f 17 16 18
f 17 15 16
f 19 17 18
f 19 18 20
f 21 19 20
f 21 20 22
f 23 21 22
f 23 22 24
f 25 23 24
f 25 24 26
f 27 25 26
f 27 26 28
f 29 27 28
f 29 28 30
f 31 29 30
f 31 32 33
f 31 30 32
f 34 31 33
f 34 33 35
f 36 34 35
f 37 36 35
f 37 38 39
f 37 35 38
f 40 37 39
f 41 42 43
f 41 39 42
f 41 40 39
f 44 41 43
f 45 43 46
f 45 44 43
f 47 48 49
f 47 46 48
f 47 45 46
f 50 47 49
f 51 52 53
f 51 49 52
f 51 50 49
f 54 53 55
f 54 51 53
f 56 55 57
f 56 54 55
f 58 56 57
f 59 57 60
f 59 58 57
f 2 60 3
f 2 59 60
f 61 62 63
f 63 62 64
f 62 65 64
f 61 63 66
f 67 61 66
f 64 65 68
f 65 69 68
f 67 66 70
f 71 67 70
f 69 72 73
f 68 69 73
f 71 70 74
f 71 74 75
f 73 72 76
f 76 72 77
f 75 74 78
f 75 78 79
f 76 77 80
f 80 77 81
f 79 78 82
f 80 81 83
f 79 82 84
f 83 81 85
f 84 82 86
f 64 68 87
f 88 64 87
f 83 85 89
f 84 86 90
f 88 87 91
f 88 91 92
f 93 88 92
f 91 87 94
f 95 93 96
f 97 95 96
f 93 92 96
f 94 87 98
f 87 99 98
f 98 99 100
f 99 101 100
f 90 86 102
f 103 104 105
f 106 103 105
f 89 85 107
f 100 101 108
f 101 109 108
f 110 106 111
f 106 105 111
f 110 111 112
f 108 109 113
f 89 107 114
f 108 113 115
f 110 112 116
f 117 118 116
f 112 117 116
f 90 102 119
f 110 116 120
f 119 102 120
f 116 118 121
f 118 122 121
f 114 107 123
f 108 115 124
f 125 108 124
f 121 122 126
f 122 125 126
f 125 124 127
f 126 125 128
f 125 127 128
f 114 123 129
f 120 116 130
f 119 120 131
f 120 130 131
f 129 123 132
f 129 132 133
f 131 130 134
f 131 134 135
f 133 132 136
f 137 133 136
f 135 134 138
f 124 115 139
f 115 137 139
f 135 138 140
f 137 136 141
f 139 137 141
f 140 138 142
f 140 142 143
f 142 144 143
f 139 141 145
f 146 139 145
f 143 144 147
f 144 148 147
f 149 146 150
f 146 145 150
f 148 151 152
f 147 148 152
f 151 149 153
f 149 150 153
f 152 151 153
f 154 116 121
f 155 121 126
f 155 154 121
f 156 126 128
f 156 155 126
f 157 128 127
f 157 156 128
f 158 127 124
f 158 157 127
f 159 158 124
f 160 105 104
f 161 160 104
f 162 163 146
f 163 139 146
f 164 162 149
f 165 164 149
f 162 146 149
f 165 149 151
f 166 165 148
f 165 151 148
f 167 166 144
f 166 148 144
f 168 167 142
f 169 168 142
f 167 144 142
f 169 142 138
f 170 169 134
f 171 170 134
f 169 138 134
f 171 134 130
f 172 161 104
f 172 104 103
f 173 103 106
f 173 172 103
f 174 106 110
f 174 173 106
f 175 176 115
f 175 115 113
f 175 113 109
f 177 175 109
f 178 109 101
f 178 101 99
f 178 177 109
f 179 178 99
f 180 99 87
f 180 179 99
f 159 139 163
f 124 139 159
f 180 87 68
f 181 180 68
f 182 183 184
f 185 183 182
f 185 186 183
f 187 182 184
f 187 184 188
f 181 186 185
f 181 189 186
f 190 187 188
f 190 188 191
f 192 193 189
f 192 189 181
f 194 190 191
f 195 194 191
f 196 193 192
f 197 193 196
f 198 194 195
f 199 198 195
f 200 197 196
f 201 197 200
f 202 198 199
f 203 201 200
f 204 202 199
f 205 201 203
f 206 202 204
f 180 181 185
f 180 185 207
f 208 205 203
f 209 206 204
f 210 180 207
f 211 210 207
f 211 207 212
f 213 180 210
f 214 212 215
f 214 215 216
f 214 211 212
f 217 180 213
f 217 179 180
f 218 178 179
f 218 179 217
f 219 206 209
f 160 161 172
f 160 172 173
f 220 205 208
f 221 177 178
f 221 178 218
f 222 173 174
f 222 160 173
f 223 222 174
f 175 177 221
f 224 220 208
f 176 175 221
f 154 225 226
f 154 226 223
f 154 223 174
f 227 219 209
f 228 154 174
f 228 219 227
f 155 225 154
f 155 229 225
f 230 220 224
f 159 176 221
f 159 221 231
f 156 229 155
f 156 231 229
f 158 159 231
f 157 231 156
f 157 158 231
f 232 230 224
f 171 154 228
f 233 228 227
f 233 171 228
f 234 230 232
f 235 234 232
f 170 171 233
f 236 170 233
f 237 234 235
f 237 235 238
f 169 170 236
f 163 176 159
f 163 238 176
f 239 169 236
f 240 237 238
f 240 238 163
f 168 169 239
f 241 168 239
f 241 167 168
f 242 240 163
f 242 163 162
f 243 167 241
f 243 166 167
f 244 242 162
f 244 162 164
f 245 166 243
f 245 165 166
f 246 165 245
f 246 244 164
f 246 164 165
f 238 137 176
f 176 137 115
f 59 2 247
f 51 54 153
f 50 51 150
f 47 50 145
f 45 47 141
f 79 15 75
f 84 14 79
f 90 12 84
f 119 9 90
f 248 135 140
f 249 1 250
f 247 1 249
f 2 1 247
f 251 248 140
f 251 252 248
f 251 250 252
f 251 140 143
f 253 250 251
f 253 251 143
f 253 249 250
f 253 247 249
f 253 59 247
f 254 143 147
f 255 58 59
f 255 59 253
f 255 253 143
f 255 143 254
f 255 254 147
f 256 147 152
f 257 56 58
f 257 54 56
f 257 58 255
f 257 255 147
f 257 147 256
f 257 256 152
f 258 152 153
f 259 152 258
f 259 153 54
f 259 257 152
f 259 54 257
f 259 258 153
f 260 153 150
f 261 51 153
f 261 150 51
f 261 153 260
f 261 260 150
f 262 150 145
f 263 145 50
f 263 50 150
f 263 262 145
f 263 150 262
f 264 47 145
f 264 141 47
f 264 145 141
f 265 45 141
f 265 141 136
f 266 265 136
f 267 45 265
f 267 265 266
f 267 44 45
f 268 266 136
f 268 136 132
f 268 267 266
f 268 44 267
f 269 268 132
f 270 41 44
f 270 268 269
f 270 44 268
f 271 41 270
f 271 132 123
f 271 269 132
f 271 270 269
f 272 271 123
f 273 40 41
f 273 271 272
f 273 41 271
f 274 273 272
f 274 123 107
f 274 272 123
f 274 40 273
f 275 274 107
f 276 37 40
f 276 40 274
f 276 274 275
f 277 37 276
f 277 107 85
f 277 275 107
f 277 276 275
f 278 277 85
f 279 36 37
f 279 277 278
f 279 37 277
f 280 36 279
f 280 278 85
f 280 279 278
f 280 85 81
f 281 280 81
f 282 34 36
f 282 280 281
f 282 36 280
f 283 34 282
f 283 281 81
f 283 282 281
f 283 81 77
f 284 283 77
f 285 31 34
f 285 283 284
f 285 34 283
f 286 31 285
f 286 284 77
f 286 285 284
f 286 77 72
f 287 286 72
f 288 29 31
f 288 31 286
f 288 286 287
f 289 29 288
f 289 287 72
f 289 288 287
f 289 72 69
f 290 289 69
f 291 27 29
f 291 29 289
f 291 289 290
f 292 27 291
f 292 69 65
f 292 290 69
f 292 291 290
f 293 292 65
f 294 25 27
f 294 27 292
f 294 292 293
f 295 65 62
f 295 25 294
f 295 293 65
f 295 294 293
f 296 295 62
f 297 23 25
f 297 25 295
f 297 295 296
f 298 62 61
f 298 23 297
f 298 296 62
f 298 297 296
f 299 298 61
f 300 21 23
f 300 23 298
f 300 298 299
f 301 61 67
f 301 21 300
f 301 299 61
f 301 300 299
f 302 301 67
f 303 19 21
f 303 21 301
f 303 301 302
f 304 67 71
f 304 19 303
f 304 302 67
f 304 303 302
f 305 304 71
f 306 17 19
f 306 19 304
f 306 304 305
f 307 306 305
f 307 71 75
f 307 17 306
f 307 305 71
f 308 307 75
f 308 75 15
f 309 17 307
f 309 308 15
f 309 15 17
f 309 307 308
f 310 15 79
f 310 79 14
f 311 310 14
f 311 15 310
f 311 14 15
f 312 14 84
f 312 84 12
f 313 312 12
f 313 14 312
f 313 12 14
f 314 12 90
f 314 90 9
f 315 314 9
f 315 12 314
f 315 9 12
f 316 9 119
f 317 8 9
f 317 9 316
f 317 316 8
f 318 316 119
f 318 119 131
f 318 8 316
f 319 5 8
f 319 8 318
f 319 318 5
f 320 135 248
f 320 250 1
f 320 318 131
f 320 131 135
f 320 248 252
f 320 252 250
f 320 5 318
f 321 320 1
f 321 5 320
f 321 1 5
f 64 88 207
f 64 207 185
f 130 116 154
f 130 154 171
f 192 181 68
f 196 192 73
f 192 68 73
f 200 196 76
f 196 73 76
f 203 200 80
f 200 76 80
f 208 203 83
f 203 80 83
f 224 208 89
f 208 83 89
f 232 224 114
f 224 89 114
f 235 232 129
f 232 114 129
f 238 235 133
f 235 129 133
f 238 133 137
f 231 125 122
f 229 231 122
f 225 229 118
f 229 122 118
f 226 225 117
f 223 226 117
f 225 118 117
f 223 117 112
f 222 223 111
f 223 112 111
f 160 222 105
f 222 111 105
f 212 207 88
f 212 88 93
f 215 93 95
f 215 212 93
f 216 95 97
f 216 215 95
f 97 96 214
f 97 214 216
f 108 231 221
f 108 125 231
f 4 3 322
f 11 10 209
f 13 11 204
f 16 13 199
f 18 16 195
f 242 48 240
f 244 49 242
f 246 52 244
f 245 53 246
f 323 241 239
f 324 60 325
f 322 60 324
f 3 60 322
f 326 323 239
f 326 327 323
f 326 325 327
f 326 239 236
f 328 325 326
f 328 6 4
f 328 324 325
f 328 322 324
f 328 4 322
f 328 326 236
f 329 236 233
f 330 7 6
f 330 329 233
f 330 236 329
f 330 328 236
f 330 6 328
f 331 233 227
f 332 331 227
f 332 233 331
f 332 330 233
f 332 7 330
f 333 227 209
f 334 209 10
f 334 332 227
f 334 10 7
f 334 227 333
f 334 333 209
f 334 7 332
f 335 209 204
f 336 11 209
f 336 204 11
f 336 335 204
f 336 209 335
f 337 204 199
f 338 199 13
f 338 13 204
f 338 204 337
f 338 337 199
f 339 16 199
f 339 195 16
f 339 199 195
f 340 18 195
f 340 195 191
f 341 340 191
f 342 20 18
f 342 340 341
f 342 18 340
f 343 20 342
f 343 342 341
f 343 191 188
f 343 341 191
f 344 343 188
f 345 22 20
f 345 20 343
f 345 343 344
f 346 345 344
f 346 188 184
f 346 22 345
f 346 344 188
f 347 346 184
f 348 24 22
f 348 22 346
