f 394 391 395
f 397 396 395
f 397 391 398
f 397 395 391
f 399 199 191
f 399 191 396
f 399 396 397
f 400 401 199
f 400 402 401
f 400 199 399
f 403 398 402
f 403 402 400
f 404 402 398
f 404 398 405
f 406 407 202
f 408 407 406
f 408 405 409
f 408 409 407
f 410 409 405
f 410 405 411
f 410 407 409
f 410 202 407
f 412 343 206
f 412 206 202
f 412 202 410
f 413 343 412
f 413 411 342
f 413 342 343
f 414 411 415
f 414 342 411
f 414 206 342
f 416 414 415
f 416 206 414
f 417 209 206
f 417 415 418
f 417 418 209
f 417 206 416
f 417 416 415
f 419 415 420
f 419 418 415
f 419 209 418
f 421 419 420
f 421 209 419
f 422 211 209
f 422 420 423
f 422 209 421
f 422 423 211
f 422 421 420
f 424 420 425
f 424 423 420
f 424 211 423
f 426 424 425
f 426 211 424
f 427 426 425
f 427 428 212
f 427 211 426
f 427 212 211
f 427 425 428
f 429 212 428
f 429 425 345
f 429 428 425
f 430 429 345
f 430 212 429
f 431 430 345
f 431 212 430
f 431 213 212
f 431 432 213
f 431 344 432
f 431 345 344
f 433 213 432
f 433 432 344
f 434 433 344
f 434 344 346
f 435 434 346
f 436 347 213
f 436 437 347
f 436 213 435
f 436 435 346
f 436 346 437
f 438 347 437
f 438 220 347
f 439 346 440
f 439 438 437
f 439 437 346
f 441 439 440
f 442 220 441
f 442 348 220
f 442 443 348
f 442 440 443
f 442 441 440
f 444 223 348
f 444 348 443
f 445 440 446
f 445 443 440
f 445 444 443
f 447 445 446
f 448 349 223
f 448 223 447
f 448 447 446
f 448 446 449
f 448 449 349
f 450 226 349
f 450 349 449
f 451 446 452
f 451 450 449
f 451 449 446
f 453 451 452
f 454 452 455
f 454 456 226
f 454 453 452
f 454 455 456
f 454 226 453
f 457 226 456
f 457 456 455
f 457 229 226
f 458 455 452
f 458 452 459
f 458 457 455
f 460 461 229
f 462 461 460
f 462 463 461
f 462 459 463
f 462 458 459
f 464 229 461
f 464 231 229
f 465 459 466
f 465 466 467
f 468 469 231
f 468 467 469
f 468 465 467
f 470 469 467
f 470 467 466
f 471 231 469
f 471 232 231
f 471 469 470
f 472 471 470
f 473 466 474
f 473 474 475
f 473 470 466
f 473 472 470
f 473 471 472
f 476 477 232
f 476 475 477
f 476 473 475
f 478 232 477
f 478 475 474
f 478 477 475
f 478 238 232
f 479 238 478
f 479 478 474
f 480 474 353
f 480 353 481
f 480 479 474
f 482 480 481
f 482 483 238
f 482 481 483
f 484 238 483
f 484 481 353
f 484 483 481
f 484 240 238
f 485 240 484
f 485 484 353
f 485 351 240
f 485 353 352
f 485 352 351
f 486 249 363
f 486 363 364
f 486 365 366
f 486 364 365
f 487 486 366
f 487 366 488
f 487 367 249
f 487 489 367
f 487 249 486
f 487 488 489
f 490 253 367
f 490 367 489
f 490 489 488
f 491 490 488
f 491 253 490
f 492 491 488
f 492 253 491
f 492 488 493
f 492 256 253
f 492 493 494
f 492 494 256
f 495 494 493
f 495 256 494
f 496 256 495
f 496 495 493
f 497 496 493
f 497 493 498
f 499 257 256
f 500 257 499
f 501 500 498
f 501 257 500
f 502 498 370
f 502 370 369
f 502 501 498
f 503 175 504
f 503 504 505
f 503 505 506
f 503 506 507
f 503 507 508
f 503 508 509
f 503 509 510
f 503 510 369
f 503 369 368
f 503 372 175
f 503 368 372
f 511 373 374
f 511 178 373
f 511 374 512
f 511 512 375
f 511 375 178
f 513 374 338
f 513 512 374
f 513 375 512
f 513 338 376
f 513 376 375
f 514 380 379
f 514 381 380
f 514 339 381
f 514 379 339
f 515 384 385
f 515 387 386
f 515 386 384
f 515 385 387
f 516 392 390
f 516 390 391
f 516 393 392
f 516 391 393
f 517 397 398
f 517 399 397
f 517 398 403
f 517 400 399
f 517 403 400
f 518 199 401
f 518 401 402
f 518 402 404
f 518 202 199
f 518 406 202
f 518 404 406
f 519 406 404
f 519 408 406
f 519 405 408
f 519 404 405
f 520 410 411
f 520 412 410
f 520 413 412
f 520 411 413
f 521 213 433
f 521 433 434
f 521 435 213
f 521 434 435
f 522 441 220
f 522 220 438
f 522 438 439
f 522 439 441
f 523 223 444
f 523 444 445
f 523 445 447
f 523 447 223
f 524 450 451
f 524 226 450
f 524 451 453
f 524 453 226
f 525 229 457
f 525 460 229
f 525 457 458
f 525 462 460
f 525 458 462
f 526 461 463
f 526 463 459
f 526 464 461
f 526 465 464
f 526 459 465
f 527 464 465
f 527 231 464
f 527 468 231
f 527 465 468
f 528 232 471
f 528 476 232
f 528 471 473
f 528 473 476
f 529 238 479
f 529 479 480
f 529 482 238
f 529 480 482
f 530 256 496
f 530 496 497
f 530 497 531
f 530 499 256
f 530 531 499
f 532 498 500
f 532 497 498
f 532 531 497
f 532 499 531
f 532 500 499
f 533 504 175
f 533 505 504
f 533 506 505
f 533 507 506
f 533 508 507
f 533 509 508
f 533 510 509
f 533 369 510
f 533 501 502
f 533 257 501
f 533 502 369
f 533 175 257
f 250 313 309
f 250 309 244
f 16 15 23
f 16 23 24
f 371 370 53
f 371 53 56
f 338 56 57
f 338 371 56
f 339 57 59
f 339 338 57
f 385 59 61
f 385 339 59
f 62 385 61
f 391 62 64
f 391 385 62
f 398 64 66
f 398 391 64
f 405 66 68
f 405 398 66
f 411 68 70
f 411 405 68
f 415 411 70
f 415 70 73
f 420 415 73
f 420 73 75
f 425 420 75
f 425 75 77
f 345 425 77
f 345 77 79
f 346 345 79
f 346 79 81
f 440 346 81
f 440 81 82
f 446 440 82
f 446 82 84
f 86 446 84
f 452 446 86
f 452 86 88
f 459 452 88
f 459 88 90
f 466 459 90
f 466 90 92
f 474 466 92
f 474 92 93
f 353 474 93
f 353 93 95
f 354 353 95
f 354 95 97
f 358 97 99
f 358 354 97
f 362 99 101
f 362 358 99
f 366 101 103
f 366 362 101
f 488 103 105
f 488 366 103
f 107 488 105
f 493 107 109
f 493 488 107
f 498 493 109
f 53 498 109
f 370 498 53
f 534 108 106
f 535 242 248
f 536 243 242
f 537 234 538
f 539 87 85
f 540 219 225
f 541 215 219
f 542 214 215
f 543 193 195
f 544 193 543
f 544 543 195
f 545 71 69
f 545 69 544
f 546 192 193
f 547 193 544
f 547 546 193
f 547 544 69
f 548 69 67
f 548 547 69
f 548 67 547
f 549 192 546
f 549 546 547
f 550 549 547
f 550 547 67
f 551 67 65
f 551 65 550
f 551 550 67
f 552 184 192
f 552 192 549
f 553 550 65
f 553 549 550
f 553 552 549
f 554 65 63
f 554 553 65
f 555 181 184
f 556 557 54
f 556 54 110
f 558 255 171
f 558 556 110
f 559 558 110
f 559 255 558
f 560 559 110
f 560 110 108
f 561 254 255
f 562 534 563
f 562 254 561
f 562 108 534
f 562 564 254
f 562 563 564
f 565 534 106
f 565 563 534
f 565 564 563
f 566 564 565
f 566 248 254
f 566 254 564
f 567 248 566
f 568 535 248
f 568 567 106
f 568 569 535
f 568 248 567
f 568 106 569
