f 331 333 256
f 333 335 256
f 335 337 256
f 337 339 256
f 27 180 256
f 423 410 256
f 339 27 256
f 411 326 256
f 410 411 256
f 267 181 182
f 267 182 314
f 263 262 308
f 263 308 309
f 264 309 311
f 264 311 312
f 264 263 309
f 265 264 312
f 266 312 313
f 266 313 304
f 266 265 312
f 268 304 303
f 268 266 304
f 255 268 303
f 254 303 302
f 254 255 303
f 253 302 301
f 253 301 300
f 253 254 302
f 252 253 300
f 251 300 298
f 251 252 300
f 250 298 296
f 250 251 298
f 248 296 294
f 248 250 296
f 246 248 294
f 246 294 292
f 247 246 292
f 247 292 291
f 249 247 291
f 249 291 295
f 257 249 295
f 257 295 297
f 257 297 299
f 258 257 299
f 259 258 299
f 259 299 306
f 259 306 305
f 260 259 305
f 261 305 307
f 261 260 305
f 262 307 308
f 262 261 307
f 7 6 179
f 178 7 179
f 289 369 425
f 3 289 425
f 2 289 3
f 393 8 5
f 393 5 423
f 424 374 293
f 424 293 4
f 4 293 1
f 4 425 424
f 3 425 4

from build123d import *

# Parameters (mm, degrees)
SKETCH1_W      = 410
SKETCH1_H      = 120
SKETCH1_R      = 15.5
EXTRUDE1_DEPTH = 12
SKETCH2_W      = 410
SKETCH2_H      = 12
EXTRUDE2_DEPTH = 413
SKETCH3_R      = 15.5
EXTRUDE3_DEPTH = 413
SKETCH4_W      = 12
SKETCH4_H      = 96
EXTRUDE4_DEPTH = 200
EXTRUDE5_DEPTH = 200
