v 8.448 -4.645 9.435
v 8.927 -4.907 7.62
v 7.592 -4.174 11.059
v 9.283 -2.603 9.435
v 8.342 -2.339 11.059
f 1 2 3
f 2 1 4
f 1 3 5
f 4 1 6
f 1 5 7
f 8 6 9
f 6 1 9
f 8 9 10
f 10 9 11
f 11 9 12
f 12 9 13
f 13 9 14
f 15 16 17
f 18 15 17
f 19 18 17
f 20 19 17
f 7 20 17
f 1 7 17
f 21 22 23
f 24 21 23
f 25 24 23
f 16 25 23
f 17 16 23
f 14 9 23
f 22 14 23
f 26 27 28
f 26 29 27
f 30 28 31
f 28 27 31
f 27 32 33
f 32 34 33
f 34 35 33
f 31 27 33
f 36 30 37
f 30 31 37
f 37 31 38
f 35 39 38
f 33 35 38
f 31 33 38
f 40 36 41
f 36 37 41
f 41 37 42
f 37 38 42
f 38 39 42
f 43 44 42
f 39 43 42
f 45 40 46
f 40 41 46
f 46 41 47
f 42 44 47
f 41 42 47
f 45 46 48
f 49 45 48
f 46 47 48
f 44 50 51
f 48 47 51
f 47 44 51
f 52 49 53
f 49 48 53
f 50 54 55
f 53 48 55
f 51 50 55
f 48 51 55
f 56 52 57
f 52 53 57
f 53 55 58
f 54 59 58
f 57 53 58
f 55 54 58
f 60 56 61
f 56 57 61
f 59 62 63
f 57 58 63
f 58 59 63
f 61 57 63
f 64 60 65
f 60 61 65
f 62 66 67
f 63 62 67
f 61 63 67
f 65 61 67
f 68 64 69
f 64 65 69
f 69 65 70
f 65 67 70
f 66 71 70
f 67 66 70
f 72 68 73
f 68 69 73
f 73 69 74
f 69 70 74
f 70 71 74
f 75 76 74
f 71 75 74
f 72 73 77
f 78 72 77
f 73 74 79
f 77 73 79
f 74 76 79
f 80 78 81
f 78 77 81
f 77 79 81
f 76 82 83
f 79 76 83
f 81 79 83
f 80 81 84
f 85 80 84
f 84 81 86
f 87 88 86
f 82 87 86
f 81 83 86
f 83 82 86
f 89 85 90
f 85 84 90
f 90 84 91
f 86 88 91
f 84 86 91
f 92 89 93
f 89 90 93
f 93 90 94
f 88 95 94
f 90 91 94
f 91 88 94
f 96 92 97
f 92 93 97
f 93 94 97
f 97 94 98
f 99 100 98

++++

- _Work order_:
Copy range, inclusive: the line holding "f 503 510 369" to the line holding "f 533 502 369". Reproduce exactly those lines of the records above and no others.

- _Answer to this task_:
f 503 510 369
f 503 369 368
f 503 372 175
f 503 368 372
f 511 373 374
f 511 178 373
f 511 374 512
f 511 512 375
f 511 375 178
f 513 374 338
f 513 512 374
f 513 375 512
f 513 338 376
f 513 376 375
f 514 380 379
f 514 381 380
f 514 339 381
f 514 379 339
f 515 384 385
f 515 387 386
f 515 386 384
f 515 385 387
f 516 392 390
f 516 390 391
f 516 393 392
f 516 391 393
f 517 397 398
f 517 399 397
f 517 398 403
f 517 400 399
f 517 403 400
f 518 199 401
f 518 401 402
f 518 402 404
f 518 202 199
f 518 406 202
f 518 404 406
f 519 406 404
f 519 408 406
f 519 405 408
f 519 404 405
f 520 410 411
f 520 412 410
f 520 413 412
f 520 411 413
f 521 213 433
f 521 433 434
f 521 435 213
f 521 434 435
f 522 441 220
f 522 220 438
f 522 438 439
f 522 439 441
f 523 223 444
f 523 444 445
f 523 445 447
f 523 447 223
f 524 450 451
f 524 226 450
f 524 451 453
f 524 453 226
f 525 229 457
f 525 460 229
f 525 457 458
f 525 462 460
f 525 458 462
f 526 461 463
f 526 463 459
f 526 464 461
f 526 465 464
f 526 459 465
f 527 464 465
f 527 231 464
f 527 468 231
f 527 465 468
f 528 232 471
f 528 476 232
f 528 471 473
f 528 473 476
f 529 238 479
f 529 479 480
f 529 482 238
f 529 480 482
f 530 256 496
f 530 496 497
f 530 497 531
f 530 499 256
f 530 531 499
f 532 498 500
f 532 497 498
f 532 531 497
f 532 499 531
f 532 500 499
f 533 504 175
f 533 505 504
f 533 506 505
f 533 507 506
f 533 508 507
f 533 509 508
f 533 510 509
f 533 369 510
f 533 501 502
f 533 257 501
f 533 502 369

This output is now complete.